Comparison and critical analysis of invariant-based models with respect to their ability in fitting human aortic valve data

With the increase of life expectancy and population average age, heart valve diseases have become more frequent, representing an always increasing percentage among cardiovascular diseases, which are the predominant cause of death in the western country. For this reason, research activities within such a context and, in particular, computer-based predictions of valve behavior are strongly motivated. Consequently, the study of the tissue mechanical response and the constitutive relationships for modeling material behavior represent crucial a aspect to be investigated in order to perform realistic simulations. The mechanical response of the aortic valve tissue depends on the contribution, composition, and interaction of different constituents, such as collagen fibers and elastin network. Accordingly, constitutive laws including non-linearity and anisotropy are necessary. Clearly, the complexity of a constitutive model increases more as it takes into account the histological structure of the tissue. Numerous constitutive models have been developed to describe arterial tissue, but relatively few models have been calibrated specifically for the aortic valve. This study focuses on the investigation of constitutive models so far proposed in the literature which could be suitable to capture the mechanical behavior of the aortic valvular tissue.

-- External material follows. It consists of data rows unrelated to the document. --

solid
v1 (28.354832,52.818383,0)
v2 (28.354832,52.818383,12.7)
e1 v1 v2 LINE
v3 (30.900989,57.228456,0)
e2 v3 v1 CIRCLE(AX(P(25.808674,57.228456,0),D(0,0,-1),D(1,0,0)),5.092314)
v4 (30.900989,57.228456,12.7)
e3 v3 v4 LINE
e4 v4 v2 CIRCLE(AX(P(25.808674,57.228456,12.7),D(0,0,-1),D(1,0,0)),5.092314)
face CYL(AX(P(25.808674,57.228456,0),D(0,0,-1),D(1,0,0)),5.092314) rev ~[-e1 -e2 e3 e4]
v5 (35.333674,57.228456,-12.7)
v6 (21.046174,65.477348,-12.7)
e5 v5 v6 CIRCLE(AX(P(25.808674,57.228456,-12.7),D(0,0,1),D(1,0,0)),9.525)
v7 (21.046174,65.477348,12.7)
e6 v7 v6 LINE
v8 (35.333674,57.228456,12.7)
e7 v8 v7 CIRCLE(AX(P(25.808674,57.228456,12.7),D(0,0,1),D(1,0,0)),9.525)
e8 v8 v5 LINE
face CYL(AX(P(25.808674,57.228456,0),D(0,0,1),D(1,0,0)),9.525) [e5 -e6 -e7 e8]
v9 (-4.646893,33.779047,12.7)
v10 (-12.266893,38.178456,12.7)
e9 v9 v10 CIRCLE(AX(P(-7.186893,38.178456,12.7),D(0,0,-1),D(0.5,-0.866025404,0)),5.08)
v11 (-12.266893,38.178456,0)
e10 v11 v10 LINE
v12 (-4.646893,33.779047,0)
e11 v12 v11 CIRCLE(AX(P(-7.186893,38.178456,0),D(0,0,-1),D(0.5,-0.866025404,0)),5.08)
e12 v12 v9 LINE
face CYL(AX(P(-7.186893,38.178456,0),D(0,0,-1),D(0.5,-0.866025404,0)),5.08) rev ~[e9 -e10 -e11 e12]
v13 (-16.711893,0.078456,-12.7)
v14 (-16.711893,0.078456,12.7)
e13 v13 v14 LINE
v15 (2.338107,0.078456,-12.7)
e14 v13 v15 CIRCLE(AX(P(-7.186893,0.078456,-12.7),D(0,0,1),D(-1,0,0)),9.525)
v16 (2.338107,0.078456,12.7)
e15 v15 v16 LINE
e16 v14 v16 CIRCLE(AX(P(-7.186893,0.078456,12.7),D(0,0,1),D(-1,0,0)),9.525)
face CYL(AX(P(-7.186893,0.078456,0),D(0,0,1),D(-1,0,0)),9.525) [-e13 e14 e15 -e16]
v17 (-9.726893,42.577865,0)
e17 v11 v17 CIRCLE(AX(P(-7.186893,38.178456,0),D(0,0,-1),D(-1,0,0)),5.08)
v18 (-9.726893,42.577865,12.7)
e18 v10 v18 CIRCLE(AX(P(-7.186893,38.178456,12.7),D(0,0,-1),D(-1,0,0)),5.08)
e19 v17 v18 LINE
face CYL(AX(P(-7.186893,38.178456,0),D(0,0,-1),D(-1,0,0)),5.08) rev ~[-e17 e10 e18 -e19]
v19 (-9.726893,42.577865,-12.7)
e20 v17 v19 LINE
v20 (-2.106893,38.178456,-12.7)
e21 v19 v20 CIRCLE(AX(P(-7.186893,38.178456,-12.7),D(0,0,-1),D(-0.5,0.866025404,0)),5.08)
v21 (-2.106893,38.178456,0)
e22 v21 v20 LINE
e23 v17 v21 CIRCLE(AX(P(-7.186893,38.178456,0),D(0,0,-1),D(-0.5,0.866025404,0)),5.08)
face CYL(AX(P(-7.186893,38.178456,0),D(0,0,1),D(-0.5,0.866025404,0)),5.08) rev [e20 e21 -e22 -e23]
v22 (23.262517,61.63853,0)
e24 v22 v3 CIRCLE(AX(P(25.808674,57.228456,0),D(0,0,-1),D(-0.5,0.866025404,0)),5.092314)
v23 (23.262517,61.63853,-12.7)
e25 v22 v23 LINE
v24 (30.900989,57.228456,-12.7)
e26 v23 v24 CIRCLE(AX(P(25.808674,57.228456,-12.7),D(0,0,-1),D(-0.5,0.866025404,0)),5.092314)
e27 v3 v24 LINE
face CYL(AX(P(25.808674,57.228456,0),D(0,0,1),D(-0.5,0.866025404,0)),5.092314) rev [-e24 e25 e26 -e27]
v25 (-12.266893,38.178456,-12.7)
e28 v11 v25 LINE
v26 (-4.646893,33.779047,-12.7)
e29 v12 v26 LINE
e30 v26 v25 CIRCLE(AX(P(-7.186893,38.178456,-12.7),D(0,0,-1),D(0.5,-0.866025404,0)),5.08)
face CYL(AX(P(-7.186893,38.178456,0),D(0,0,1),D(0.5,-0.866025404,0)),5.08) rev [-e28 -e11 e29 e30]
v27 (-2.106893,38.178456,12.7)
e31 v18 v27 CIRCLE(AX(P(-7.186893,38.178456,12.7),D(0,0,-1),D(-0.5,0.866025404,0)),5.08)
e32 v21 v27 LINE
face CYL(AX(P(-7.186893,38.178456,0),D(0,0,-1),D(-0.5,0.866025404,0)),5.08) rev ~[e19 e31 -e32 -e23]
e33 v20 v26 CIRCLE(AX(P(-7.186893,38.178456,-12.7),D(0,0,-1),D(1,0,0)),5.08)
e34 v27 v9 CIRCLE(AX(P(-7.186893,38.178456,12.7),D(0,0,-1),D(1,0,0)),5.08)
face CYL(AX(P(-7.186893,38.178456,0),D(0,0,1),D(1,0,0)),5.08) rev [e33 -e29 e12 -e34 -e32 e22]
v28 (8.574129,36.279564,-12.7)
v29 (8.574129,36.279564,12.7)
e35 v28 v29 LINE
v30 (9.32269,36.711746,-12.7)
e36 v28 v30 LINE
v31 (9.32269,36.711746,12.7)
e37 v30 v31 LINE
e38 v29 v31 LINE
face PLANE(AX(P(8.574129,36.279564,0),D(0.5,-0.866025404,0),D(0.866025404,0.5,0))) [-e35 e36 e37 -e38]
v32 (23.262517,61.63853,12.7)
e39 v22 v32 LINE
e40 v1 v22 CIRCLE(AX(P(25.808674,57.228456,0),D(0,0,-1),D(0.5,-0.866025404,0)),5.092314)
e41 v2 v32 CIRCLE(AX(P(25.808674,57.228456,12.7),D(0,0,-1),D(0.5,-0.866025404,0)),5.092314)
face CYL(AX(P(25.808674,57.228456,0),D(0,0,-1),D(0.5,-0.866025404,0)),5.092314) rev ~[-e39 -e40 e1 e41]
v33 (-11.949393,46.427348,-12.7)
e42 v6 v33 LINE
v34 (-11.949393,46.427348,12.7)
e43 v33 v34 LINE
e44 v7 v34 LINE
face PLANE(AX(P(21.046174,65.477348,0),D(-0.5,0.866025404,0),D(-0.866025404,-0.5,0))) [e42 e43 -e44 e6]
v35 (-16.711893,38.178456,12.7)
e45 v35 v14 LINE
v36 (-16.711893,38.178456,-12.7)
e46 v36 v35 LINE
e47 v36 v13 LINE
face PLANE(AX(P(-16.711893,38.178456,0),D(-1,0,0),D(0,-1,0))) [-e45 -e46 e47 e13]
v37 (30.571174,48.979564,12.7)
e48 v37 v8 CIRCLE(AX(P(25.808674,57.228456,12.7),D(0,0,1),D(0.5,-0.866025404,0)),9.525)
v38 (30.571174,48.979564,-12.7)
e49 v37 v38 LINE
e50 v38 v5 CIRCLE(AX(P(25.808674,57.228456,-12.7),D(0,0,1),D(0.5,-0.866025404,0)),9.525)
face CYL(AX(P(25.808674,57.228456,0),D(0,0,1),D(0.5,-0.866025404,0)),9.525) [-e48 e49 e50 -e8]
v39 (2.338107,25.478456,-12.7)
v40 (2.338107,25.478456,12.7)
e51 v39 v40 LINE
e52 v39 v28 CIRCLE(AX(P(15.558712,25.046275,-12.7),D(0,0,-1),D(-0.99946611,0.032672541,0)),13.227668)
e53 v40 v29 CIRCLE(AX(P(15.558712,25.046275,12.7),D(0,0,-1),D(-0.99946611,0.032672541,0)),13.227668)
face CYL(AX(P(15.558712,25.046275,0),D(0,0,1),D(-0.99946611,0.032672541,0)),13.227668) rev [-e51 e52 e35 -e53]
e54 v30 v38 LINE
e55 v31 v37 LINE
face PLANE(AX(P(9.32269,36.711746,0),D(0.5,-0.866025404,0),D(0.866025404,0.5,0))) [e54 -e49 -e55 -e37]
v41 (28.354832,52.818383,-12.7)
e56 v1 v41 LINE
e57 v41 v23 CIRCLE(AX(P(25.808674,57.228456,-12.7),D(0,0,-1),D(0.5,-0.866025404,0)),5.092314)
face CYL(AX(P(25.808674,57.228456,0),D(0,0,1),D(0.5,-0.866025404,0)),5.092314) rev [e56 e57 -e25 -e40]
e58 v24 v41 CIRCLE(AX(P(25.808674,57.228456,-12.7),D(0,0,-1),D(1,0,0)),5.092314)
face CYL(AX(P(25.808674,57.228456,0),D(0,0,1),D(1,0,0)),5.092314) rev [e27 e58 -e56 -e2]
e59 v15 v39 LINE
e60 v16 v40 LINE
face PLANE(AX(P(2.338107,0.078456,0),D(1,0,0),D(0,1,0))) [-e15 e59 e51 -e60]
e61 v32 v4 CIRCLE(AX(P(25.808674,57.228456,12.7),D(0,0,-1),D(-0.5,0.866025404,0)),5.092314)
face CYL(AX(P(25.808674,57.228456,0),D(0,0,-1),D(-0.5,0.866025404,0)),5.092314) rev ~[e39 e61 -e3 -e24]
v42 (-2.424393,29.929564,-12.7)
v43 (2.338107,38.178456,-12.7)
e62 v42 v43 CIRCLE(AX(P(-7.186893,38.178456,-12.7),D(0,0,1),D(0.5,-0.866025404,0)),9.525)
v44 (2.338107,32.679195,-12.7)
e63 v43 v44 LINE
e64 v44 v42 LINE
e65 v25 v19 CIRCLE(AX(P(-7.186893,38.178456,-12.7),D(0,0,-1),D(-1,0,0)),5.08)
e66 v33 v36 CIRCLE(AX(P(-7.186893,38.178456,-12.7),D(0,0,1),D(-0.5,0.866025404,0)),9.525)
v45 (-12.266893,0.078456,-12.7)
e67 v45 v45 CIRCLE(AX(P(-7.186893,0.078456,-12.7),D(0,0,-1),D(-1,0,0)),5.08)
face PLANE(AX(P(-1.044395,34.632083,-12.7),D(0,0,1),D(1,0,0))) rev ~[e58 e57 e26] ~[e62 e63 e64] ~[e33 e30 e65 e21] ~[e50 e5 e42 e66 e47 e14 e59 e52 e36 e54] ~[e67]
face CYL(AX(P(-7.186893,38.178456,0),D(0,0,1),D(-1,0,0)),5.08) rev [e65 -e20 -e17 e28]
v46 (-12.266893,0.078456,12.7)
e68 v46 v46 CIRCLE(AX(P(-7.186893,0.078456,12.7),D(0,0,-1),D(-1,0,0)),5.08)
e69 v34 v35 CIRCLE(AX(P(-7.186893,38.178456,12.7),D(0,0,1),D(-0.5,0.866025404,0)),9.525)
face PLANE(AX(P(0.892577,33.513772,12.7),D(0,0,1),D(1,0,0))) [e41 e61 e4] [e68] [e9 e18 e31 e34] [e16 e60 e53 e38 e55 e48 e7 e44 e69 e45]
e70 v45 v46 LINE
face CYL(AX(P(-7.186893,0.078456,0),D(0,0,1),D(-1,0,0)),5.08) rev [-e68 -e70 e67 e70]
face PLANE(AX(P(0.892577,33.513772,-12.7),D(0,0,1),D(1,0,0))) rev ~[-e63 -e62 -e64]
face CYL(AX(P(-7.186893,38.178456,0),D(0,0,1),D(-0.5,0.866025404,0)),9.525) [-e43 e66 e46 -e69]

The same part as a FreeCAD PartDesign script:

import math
import FreeCAD as App
import Part
import Sketcher
from FreeCAD import Vector
Q = App.Units.Quantity

doc = App.newDocument("Part")
body = doc.addObject("PartDesign::Body", "Body")

# Sketch on XY plane
sketch1 = body.newObject("Sketcher::SketchObject", "Sketch")
sketch1.AttachmentSupport = (doc.getObject("XY_Plane"), [""])
sketch1.MapMode = "FlatFace"
sketch1.addGeometry(Part.LineSegment(Vector(21, 65.5, 0), Vector(-11.9, 46.4, 0)), False)
sketch1.addGeometry(Part.ArcOfCircle(Part.Circle(Vector(-7.2, 38.2, 0), Vector(0, 0, 1), 9.5), math.radians(120), math.radians(180)), False)
sketch1.addGeometry(Part.LineSegment(Vector(-16.7, 38.2, 0), Vector(-16.7, 0.1, 0)), False)
sketch1.addGeometry(Part.ArcOfCircle(Part.Circle(Vector(-7.2, 0.1, 0), Vector(0, 0, 1), 9.5), math.radians(180), math.radians(360)), False)
sketch1.addGeometry(Part.LineSegment(Vector(2.3, 0.1, 0), Vector(2.3, 25.5, 0)), False)
sketch1.addGeometry(Part.ArcOfCircle(Part.Circle(Vector(15.6, 25, 0), Vector(0, 0, 1), 13.2), math.radians(122), math.radians(178)), False)
sketch1.addGeometry(Part.LineSegment(Vector(8.6, 36.3, 0), Vector(9.3, 36.7, 0)), False)
sketch1.addGeometry(Part.LineSegment(Vector(9.3, 36.7, 0), Vector(30.6, 49, 0)), False)
sketch1.addGeometry(Part.ArcOfCircle(Part.Circle(Vector(25.8, 57.2, 0), Vector(0, 0, 1), 9.5), math.radians(-60), math.radians(0)), False)
sketch1.addGeometry(Part.ArcOfCircle(Part.Circle(Vector(25.8, 57.2, 0), Vector(0, 0, 1), 9.5), math.radians(0), math.radians(120)), False)
sketch1.addGeometry(Part.Circle(Vector(-7.2, 0.1, 0), Vector(0, 0, 1), 5.1), False)
sketch1.addGeometry(Part.ArcOfCircle(Part.Circle(Vector(-7.2, 38.2, 0), Vector(0, 0, 1), 5.1), math.radians(120), math.radians(180)), False)
sketch1.addGeometry(Part.ArcOfCircle(Part.Circle(Vector(-7.2, 38.2, 0), Vector(0, 0, 1), 5.1), math.radians(0), math.radians(120)), False)
sketch1.addGeometry(Part.LineSegment(Vector(-2.1, 38.2, 0), Vector(2.3, 38.2, 0)), False)
sketch1.addGeometry(Part.LineSegment(Vector(2.3, 38.2, 0), Vector(2.3, 32.7, 0)), False)
sketch1.addGeometry(Part.LineSegment(Vector(2.3, 32.7, 0), Vector(-2.4, 29.9, 0)), False)
sketch1.addGeometry(Part.LineSegment(Vector(-2.4, 29.9, 0), Vector(-4.6, 33.8, 0)), False)
sketch1.addGeometry(Part.ArcOfCircle(Part.Circle(Vector(-7.2, 38.2, 0), Vector(0, 0, 1), 5.1), math.radians(180), math.radians(300)), False)
sketch1.addGeometry(Part.ArcOfCircle(Part.Circle(Vector(25.8, 57.2, 0), Vector(0, 0, 1), 5.1), math.radians(120), math.radians(300)), False)
sketch1.addGeometry(Part.ArcOfCircle(Part.Circle(Vector(25.8, 57.2, 0), Vector(0, 0, 1), 5.1), math.radians(0), math.radians(120)), False)
sketch1.addGeometry(Part.ArcOfCircle(Part.Circle(Vector(25.8, 57.2, 0), Vector(0, 0, 1), 5.1), math.radians(-60), math.radians(0)), False)
sketch1.addConstraint(Sketcher.Constraint("Tangent", 0, 2, 1, 1))
sketch1.addConstraint(Sketcher.Constraint("Tangent", 1, 2, 2, 1))
sketch1.addConstraint(Sketcher.Constraint("Tangent", 2, 2, 3, 1))
sketch1.addConstraint(Sketcher.Constraint("Tangent", 3, 2, 4, 1))
sketch1.addConstraint(Sketcher.Constraint("Coincident", 4, 2, 5, 2))
sketch1.addConstraint(Sketcher.Constraint("Coincident", 5, 1, 6, 1))
sketch1.addConstraint(Sketcher.Constraint("Coincident", 6, 2, 7, 1))
sketch1.addConstraint(Sketcher.Constraint("Tangent", 7, 2, 8, 1))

To make the right choice, the comparison between these constitutive models is done in terms of the fitting quality achieved with respect to human aortic valve data proposed in the literature. For this purpose, an optimization technique based on the nonlinear least square method is used. The obtained material parameters could be later used in finite element analysis adopted, in this last decade, as an innovative approach to support the operation planning procedure and the design of artificial grafts.